Task statement.
Beginning with the line that contains "f 139 160 142" in the material below, print each line exactly until the line that contains "f 162 153 152" has been printed, then stop.

= = =

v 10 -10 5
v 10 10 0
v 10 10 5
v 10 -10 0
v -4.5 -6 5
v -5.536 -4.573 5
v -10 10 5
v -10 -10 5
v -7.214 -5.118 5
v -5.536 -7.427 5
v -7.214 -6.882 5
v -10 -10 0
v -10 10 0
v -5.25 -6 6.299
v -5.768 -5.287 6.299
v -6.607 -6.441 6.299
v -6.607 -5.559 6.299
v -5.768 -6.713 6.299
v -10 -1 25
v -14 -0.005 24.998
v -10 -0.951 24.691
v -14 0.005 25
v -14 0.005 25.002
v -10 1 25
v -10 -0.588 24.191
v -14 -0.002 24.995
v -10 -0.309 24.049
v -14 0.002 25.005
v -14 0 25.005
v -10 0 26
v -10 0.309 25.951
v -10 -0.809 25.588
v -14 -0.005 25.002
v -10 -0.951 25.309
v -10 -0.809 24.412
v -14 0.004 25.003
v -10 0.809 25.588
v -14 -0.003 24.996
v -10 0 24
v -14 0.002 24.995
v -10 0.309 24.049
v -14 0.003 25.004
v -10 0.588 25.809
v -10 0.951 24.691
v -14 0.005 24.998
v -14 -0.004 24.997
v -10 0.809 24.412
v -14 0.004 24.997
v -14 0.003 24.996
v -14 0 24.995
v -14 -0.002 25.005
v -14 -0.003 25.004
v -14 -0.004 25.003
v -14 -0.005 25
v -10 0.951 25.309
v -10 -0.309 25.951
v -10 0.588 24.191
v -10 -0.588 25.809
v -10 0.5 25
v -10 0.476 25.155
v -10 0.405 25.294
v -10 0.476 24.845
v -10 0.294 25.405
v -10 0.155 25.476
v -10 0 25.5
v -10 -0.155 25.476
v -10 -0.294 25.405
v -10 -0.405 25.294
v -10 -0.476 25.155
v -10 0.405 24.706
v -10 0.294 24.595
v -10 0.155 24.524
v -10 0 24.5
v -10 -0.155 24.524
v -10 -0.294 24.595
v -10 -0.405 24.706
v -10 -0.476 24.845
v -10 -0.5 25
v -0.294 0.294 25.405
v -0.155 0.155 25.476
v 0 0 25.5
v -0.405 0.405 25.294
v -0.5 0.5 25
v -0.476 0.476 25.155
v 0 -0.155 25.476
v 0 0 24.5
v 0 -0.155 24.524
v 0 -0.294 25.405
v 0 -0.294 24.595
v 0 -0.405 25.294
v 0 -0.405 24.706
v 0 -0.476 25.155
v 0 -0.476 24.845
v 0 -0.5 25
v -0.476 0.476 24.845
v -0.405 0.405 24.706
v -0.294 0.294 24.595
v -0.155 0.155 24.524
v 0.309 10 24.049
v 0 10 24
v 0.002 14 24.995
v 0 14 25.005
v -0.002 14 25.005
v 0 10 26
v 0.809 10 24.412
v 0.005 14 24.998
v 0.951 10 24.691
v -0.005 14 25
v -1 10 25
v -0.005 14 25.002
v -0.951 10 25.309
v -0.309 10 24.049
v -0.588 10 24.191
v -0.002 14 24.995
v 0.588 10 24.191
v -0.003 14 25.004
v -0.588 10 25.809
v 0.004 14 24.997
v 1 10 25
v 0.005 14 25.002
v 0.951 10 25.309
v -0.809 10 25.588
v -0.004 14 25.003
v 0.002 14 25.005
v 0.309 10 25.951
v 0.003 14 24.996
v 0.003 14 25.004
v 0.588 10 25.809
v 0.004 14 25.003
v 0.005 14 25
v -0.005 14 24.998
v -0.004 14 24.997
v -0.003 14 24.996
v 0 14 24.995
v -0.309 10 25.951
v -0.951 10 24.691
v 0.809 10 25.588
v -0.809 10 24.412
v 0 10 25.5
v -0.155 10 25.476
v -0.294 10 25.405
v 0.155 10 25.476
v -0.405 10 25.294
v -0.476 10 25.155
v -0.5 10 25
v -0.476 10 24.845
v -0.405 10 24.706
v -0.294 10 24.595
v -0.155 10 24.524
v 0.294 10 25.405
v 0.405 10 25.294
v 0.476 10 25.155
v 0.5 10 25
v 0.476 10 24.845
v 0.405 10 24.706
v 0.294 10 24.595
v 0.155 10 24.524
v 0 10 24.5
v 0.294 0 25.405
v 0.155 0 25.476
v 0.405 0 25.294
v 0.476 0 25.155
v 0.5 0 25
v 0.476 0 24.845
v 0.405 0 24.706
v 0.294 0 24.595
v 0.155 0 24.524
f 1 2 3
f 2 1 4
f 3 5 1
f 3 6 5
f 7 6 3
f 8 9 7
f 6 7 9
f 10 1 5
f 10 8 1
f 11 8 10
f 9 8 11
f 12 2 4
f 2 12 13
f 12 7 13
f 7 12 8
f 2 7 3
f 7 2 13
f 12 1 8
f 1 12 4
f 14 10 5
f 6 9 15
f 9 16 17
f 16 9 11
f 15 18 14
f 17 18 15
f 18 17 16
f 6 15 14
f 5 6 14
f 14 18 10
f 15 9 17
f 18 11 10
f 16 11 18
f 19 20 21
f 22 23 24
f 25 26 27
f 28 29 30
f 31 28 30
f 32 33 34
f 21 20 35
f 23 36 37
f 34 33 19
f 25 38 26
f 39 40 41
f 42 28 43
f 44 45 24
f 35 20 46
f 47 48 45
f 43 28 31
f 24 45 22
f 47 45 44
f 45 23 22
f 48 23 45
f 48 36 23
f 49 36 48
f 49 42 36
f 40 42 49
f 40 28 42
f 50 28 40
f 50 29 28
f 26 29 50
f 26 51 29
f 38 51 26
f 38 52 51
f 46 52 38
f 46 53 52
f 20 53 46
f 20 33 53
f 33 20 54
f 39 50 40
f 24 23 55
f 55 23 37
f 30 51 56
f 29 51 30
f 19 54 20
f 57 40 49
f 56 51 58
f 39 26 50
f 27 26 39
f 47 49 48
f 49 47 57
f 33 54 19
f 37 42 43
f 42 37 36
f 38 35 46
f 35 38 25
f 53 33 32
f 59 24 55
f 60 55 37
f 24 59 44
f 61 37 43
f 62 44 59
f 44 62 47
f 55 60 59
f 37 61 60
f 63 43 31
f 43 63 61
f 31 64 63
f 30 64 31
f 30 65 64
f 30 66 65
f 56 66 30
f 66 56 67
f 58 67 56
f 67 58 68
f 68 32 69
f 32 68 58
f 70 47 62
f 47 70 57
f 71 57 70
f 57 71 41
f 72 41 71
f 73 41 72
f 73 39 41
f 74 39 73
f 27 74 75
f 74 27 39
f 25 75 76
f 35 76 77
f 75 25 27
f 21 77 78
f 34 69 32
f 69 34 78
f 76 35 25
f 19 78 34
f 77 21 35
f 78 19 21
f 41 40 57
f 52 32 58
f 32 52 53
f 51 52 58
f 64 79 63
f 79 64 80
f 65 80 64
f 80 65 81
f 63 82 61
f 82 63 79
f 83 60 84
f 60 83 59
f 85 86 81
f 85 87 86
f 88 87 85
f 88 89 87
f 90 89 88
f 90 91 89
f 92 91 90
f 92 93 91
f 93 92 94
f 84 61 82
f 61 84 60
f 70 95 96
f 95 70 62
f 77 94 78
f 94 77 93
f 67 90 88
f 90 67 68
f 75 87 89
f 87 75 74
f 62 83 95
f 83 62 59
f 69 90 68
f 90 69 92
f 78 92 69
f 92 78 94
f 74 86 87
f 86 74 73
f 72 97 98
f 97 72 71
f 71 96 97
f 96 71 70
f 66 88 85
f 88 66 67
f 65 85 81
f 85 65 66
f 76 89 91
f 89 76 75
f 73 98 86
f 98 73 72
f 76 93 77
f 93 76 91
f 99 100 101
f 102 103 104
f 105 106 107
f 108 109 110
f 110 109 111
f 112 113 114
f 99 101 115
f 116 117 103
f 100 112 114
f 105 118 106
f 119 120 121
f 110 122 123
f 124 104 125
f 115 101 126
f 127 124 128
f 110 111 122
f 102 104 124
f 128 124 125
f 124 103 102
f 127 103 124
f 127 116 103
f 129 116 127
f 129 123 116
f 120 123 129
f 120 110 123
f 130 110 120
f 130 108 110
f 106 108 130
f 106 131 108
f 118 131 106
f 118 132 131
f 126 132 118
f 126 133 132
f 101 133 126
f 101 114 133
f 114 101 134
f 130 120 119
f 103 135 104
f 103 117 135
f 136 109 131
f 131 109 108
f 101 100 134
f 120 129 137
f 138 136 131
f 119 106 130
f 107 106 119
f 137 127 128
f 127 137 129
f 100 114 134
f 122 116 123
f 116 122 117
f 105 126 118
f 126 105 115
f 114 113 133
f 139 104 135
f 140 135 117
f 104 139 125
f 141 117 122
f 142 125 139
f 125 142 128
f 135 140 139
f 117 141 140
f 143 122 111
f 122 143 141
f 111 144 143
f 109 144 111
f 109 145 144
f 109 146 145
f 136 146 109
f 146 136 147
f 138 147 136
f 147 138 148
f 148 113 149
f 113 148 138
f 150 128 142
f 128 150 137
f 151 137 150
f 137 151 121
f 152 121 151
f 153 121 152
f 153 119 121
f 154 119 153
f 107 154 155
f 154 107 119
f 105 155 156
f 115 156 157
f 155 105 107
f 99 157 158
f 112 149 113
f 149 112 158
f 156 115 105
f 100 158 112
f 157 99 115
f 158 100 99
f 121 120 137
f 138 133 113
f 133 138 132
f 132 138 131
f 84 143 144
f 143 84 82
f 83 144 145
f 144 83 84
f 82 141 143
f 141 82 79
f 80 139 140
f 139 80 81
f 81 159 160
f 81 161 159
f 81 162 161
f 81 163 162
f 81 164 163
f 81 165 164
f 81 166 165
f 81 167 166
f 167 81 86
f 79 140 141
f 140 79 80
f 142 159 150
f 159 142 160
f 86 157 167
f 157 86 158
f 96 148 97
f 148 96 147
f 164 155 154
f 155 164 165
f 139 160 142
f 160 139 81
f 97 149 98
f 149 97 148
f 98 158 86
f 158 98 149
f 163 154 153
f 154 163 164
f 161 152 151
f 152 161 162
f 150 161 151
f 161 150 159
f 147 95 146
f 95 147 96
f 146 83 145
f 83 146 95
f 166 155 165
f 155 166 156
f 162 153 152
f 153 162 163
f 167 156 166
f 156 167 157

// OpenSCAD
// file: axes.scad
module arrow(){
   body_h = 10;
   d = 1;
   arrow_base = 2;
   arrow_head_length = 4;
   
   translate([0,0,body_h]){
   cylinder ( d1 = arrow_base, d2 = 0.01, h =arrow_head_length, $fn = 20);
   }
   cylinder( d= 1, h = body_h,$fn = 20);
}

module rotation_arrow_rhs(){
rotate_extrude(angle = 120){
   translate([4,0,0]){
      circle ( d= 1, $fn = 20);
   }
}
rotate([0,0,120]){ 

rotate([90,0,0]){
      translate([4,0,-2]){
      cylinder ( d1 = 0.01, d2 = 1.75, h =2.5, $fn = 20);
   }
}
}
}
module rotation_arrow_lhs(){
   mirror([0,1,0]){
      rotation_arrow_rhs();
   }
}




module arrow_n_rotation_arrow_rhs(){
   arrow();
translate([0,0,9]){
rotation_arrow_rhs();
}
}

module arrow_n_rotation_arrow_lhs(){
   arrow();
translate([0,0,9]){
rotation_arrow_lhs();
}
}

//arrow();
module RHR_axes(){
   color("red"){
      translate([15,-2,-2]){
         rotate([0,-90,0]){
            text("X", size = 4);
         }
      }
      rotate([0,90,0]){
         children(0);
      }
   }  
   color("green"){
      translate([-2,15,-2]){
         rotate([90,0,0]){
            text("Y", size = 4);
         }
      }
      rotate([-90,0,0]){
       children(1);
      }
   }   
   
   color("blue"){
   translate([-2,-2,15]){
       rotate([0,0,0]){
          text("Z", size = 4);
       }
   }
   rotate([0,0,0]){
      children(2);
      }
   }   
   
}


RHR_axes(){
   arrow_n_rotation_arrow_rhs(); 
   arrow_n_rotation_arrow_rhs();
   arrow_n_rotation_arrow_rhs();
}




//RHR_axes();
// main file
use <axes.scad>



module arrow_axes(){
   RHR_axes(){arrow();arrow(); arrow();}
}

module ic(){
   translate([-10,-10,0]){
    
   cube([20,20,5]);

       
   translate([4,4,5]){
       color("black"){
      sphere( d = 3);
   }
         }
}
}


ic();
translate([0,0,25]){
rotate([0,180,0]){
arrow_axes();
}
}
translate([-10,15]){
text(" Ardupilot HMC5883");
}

= = =

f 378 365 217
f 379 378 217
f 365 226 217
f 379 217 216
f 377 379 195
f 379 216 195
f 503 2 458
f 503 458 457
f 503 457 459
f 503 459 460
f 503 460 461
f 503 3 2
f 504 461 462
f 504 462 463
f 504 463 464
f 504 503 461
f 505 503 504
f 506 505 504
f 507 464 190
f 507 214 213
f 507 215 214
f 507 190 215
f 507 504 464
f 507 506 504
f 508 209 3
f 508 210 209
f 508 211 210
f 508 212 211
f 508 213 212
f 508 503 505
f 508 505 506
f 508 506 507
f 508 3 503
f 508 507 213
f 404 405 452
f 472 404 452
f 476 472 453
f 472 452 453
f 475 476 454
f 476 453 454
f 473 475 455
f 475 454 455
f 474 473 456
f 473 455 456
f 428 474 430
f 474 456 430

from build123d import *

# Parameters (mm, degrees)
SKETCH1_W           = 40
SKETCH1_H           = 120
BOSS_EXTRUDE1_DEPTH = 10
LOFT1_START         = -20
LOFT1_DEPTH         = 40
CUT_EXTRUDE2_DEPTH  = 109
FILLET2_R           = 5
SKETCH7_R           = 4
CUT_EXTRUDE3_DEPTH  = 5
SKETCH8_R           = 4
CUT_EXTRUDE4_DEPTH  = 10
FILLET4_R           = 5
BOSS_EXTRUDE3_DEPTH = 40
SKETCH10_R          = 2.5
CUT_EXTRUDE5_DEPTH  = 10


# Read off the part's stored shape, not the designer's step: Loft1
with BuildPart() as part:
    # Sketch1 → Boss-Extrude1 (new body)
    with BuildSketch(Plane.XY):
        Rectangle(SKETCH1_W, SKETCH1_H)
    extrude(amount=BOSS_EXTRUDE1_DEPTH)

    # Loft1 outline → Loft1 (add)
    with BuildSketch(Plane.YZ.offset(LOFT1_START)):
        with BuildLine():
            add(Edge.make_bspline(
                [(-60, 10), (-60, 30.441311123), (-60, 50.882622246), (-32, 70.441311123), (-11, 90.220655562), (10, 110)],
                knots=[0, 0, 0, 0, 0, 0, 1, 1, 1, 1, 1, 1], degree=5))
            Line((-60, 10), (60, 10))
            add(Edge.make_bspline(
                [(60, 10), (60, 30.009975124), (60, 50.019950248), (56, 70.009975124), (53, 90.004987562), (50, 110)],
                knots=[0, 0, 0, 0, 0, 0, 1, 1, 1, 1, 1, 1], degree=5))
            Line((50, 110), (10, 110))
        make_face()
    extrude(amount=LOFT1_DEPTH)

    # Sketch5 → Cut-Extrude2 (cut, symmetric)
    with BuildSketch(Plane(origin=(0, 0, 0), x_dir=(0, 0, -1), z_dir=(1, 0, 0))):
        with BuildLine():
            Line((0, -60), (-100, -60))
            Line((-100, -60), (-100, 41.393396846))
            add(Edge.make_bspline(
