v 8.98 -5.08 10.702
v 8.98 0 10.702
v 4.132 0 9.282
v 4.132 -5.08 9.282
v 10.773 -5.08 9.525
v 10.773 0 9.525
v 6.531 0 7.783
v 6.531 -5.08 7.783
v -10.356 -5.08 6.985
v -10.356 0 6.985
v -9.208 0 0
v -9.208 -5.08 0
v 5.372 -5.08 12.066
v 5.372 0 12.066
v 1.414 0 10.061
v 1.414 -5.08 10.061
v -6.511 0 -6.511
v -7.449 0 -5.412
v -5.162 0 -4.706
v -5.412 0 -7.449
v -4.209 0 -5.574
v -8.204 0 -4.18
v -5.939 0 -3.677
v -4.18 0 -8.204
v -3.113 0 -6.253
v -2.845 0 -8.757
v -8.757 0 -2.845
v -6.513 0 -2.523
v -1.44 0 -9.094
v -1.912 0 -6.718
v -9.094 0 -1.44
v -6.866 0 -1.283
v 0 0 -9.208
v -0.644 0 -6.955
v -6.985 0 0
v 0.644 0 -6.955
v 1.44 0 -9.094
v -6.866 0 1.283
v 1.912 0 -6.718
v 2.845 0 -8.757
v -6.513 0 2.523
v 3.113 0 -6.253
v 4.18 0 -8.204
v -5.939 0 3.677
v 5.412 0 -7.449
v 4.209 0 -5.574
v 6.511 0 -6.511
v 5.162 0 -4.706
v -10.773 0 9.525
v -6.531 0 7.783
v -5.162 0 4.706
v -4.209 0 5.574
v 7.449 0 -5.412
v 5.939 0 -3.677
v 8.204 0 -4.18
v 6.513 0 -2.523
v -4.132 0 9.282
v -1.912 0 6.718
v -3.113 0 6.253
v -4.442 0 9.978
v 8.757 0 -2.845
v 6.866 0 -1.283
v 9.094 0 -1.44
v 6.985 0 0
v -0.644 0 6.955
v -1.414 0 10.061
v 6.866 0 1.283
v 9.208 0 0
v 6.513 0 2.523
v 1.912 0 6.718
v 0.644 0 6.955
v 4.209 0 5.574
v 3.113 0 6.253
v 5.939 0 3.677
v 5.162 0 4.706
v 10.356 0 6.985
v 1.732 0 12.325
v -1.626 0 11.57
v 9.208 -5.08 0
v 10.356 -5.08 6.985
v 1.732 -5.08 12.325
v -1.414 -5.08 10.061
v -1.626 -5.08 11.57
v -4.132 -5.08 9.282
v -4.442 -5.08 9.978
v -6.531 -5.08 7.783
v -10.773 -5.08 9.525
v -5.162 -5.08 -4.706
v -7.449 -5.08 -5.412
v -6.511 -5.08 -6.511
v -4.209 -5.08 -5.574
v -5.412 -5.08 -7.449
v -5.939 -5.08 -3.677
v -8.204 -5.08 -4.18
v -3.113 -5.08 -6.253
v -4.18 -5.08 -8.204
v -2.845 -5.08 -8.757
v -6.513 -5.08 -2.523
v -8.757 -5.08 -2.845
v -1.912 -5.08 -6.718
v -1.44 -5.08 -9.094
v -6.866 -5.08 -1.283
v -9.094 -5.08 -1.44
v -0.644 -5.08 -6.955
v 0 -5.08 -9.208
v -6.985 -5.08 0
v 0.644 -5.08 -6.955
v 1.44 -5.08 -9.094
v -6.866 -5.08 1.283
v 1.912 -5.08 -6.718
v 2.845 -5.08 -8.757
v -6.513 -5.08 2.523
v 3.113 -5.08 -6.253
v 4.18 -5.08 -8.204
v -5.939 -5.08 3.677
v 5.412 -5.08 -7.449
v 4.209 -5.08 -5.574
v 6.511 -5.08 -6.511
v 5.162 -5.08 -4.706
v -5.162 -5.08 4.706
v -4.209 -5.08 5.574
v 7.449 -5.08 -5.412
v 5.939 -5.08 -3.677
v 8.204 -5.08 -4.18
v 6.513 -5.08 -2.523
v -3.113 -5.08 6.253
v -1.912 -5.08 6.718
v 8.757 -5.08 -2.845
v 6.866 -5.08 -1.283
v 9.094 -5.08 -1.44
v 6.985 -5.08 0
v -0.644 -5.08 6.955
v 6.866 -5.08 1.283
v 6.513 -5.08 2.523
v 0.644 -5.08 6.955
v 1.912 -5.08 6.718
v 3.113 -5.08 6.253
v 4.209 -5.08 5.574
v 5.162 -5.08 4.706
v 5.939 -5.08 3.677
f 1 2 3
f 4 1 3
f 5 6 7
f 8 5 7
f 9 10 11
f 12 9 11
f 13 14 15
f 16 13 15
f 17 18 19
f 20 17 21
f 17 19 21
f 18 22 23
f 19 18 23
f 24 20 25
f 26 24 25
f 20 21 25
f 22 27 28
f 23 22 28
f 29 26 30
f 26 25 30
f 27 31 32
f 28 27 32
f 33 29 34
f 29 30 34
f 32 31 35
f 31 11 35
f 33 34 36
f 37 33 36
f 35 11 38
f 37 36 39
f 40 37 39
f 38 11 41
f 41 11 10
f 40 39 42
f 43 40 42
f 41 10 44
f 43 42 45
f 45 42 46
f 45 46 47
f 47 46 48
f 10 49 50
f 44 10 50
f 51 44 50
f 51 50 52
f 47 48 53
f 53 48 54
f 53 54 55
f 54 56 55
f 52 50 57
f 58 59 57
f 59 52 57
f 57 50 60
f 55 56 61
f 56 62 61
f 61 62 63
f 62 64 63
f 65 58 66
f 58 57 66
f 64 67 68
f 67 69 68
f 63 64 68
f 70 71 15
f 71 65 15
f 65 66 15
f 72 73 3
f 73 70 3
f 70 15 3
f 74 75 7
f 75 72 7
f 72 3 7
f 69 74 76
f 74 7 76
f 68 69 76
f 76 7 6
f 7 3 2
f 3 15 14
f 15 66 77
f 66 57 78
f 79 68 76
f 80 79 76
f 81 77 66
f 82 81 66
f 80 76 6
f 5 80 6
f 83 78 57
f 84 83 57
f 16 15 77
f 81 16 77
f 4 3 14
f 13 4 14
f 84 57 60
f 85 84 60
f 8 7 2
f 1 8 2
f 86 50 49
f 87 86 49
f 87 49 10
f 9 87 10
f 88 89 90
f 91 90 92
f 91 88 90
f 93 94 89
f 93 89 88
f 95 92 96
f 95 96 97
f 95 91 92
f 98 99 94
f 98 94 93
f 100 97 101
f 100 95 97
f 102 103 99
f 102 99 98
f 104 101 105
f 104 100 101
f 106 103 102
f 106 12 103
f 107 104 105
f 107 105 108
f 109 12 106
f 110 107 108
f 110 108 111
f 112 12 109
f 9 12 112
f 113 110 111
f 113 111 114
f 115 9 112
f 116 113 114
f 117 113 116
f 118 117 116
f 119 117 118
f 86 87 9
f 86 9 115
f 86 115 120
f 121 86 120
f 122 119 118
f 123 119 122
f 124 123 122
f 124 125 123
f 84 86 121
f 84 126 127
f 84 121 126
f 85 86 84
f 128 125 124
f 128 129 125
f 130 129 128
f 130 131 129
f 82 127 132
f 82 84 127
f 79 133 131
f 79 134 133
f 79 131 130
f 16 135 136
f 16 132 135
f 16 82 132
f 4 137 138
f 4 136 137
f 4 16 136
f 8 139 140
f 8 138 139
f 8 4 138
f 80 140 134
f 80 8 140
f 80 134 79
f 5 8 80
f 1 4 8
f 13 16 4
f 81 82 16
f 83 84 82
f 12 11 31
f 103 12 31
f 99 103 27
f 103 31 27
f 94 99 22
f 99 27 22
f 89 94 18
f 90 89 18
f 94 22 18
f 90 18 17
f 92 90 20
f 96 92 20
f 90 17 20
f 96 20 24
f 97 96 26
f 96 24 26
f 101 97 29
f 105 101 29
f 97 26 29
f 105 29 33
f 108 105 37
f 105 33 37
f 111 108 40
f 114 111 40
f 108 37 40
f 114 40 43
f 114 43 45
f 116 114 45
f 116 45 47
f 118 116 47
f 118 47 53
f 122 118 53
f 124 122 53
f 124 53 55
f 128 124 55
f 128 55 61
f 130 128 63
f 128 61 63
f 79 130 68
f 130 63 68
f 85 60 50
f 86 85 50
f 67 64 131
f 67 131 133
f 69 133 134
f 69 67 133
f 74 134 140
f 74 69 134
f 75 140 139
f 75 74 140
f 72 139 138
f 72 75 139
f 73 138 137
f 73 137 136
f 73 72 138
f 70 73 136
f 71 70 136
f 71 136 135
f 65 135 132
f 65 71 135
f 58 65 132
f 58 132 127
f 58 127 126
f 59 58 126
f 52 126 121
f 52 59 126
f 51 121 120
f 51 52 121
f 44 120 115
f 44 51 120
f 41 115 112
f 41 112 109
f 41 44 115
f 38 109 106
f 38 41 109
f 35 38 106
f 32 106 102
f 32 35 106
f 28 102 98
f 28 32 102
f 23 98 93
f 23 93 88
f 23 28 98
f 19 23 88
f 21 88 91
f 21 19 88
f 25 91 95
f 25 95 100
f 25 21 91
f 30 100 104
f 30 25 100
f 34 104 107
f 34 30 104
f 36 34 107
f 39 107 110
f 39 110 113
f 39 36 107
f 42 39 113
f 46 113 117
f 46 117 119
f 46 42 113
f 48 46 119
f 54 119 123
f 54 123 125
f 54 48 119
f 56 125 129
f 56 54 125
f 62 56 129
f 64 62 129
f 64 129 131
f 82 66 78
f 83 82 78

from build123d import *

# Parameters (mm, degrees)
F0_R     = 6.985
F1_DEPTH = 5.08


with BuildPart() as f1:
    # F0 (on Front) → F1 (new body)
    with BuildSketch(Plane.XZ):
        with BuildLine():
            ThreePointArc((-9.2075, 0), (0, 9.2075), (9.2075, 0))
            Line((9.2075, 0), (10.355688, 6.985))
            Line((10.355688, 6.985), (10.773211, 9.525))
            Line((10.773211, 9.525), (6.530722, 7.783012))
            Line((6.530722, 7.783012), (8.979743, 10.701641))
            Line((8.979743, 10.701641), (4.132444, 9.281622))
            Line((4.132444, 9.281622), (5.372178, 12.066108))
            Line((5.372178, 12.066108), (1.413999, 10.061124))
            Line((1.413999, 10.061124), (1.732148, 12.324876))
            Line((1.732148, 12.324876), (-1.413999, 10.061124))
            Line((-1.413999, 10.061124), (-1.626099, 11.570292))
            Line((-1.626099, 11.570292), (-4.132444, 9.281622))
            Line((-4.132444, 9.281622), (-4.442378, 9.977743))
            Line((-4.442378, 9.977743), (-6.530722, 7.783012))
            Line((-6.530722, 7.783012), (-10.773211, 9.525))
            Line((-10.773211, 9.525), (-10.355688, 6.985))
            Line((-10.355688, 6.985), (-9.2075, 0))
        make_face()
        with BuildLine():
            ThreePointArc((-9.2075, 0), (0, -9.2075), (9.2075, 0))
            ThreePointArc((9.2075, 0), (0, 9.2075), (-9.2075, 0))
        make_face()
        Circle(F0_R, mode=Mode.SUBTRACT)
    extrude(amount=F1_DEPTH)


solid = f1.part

= = =

Written answer.
f 139 160 142
f 160 139 81
f 97 149 98
f 149 97 148
f 98 158 86
f 158 98 149
f 163 154 153
f 154 163 164
f 161 152 151
f 152 161 162
f 150 161 151
f 161 150 159
f 147 95 146
f 95 147 96
f 146 83 145
f 83 146 95
f 166 155 165
f 155 166 156
f 162 153 152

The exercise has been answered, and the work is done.